On connaît le mot cinglant de Boulez : « Messiaen ne compose pas, il juxtapose ». Eh bien, il semblerait que ce soit justement cela qui frappe nos oreilles d'aujourd'hui et qui fasse, si l'on ne souhaite pas employer le mot « modernité », son actualité.
Messiaen tranche en effet dans les timbres de son instrumentarium – qui comprend notamment une machine à sable et de nombreuses percussions – : ainsi, un déluge de sonorités très courtes, qui se heurtent, se hèlent, s'opposent, ravissent dans une étonnante géographie du son. Car assis sur sa chaise de concert, on est comme au spectacle : tenu sur la crête du silence, le son apparaît avec persuasion, s'étire comme un corps vivant dans les différents groupes, donne en un regard des sensations de profondeur, notamment dans les tutti, puis de rétrécissement, enfin rebondit dans des descentes et des montées qui gravissent, s'élèvent et soudain s'effondrent inachevées.

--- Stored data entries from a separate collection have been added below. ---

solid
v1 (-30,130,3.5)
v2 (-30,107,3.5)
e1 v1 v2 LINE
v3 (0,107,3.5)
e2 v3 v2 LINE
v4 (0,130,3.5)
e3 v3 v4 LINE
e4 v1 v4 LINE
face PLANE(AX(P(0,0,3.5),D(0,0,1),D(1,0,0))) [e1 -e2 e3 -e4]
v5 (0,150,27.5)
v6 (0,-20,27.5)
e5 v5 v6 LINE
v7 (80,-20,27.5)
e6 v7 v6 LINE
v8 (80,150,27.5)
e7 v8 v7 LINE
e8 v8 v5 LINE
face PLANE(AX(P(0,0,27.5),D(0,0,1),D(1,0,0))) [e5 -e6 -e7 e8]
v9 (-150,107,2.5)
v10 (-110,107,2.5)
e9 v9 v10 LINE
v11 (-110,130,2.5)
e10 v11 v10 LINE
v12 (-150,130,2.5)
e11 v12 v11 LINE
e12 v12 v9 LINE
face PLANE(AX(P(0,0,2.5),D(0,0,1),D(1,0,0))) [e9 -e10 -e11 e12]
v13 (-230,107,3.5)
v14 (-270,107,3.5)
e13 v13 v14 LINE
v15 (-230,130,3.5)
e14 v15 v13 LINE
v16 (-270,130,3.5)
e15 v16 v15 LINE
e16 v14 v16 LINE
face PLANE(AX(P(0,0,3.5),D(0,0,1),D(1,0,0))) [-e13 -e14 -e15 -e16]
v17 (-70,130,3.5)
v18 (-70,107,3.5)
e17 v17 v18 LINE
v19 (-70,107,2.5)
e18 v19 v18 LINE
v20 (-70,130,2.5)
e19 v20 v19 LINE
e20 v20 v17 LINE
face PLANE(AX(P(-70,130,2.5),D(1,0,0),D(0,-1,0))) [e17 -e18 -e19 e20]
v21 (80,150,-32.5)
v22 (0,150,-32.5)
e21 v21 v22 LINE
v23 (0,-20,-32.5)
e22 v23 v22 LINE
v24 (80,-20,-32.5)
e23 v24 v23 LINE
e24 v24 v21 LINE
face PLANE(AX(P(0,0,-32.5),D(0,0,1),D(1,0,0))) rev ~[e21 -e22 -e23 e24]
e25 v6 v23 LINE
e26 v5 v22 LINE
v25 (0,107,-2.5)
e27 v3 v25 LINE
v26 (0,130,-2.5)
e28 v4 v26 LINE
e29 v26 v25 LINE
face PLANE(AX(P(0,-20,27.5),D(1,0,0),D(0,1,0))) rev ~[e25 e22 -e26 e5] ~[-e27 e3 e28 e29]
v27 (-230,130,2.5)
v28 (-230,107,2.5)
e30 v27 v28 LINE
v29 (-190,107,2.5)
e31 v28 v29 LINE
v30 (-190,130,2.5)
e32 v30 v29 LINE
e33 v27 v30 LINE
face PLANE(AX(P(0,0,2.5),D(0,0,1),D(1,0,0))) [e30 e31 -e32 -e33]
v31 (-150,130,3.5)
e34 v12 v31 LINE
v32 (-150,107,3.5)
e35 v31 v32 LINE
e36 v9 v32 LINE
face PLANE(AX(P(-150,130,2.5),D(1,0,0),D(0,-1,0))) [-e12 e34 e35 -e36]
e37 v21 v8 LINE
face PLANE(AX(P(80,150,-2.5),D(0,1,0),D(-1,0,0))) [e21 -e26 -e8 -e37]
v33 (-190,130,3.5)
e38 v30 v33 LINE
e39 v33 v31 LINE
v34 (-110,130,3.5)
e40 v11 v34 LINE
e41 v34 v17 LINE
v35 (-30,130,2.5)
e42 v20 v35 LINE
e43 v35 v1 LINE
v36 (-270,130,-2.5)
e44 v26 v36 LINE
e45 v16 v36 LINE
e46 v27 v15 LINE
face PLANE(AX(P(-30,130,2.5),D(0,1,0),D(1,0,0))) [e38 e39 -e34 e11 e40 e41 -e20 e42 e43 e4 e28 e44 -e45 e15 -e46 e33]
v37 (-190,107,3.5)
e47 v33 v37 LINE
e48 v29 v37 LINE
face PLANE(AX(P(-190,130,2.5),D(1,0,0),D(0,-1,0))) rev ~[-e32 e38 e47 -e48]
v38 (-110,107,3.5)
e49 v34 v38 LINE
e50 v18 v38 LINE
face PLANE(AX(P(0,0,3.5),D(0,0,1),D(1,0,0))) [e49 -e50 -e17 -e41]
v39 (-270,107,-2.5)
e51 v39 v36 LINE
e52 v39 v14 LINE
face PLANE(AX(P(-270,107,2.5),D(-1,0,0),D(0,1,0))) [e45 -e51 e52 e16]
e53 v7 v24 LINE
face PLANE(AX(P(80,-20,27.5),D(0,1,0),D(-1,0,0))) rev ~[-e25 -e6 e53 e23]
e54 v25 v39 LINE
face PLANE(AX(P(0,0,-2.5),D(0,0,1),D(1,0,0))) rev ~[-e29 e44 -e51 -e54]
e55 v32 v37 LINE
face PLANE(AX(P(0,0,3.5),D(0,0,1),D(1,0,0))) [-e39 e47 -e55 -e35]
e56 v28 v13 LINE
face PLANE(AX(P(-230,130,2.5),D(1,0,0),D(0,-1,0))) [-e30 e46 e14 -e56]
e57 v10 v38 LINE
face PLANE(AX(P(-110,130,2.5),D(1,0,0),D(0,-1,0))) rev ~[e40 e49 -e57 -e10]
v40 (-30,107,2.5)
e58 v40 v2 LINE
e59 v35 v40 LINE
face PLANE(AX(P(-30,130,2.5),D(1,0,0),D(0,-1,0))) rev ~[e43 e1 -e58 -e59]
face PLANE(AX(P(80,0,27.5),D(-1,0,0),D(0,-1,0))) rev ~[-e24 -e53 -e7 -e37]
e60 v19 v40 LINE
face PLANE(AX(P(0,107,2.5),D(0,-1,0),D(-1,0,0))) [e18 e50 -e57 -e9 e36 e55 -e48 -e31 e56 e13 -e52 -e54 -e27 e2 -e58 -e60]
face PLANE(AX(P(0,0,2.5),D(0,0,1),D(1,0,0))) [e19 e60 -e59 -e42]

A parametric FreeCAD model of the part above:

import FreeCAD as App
import Part
import Sketcher
Q = App.Units.Quantity

doc = App.newDocument("Part")
params = doc.addObject("Spreadsheet::Sheet", "Params")
for row, (alias, value) in enumerate([
    ("sketch1_width", "300 mm"),
    ("sketch1_height", "23 mm"),
    ("pad1_length", "5 mm"),
    ("sketch2_width", "80 mm"),
    ("sketch2_height", "150 mm"),
    ("pad2_length", "60 mm"),
    ("sketch3_width", "40 mm"),
    ("sketch3_height", "23 mm"),
    ("pad3_length", "1 mm"),
    ("sketch4_width", "40 mm"),
    ("sketch4_height", "23 mm"),
    ("pad4_length", "1 mm"),
    ("sketch5_width", "40 mm"),
    ("sketch5_height", "23 mm"),
    ("pad5_length", "1 mm"),
    ("sketch6_width", "30 mm"),
    ("sketch6_height", "23 mm"),
    ("pad6_length", "1 mm"),
    ("sketch7_height", "20 mm"),
    ("sketch7_width", "80 mm"),
    ("pad7_length", "60 mm"),
], start=1):
    params.set(f"A{row}", alias)
    params.set(f"B{row}", "=" + value)
    params.setAlias(f"B{row}", alias)

body = doc.addObject("PartDesign::Body", "Body")

sketch1 = body.newObject("Sketcher::SketchObject", "Sketch")
sketch1.AttachmentSupport = (doc.getObject("XY_Plane"), [""])
sketch1.MapMode = "FlatFace"
sketch1.addGeometry([
    Part.LineSegment(App.Vector(-270, 130, 0), App.Vector(-270, 107, 0)),
    Part.LineSegment(App.Vector(-270, 107, 0), App.Vector(30, 107, 0)),
    Part.LineSegment(App.Vector(30, 107, 0), App.Vector(30, 130, 0)),
    Part.LineSegment(App.Vector(30, 130, 0), App.Vector(-270, 130, 0)),
], False)
sketch1.addConstraint([
    Sketcher.Constraint("Coincident", 0, 2, 1, 1),
    Sketcher.Constraint("Coincident", 1, 2, 2, 1),
    Sketcher.Constraint("Coincident", 2, 2, 3, 1),
    Sketcher.Constraint("Coincident", 3, 2, 0, 1),
    Sketcher.Constraint("Vertical", 0),
    Sketcher.Constraint("Horizontal", 1),
    Sketcher.Constraint("Vertical", 2),
    Sketcher.Constraint("Horizontal", 3),
    Sketcher.Constraint("DistanceX", 1, 1, 1, 2, Q("300 mm")),
    Sketcher.Constraint("DistanceY", 0, 2, 0, 1, Q("23 mm")),
    Sketcher.Constraint("DistanceX", -1, 1, 1, 2, Q("30 mm")),
    Sketcher.Constraint("DistanceY", -1, 1, 0, 2, Q("107 mm")),
])
sketch1.setExpression("Constraints[8]", "Params.sketch1_width")
sketch1.setExpression("Constraints[9]", "Params.sketch1_height")
pad1 = body.newObject("PartDesign::Pad", "Pad")
pad1.Profile = sketch1
pad1.setExpression("Length", "Params.pad1_length")
pad1.Midplane = True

Il faut tout l'engagement de la merveilleuse Susanna Mälkki pour lancer entre les silences ces brusques blocs de musique, qui se frayent et se rencontrent parfois dans des unissons d'une déchirante tendresse. Il faut également toute l'asphyxiante beauté sonore de l'Ensemble Intercontemporain – quel autre ensemble français dégage, toutes musiques confondues, une telle assurance, jusqu'à la solennité parfois, et parvient à une telle pureté d'attaques, perçantes comme un cri ? – pour lier ces sursauts instantanés qui inventent un autre successivité musicale.
Des canyons aux étoiles permet de suivre l'évolution de Messiaen après les pièces des années 1940, le Quatuor pour la fin du temps, la Turangalila-Symphonie qui l'ont rendu célèbre dans le monde entier. On lui a reproché dans le huitième mouvement de l'oeuvre – qui en compte douze –, Les ressuscités et le chant de l'étoile Aldébaran, d'avoir essayé de reproduire l'hypnotique Jardin du sommeil d'amour de la Turangalila, au détail près que Messiaen y introduit ici ostensiblement des plages de silence qui dramatisent cette constellation de sons d'une infinie douceur.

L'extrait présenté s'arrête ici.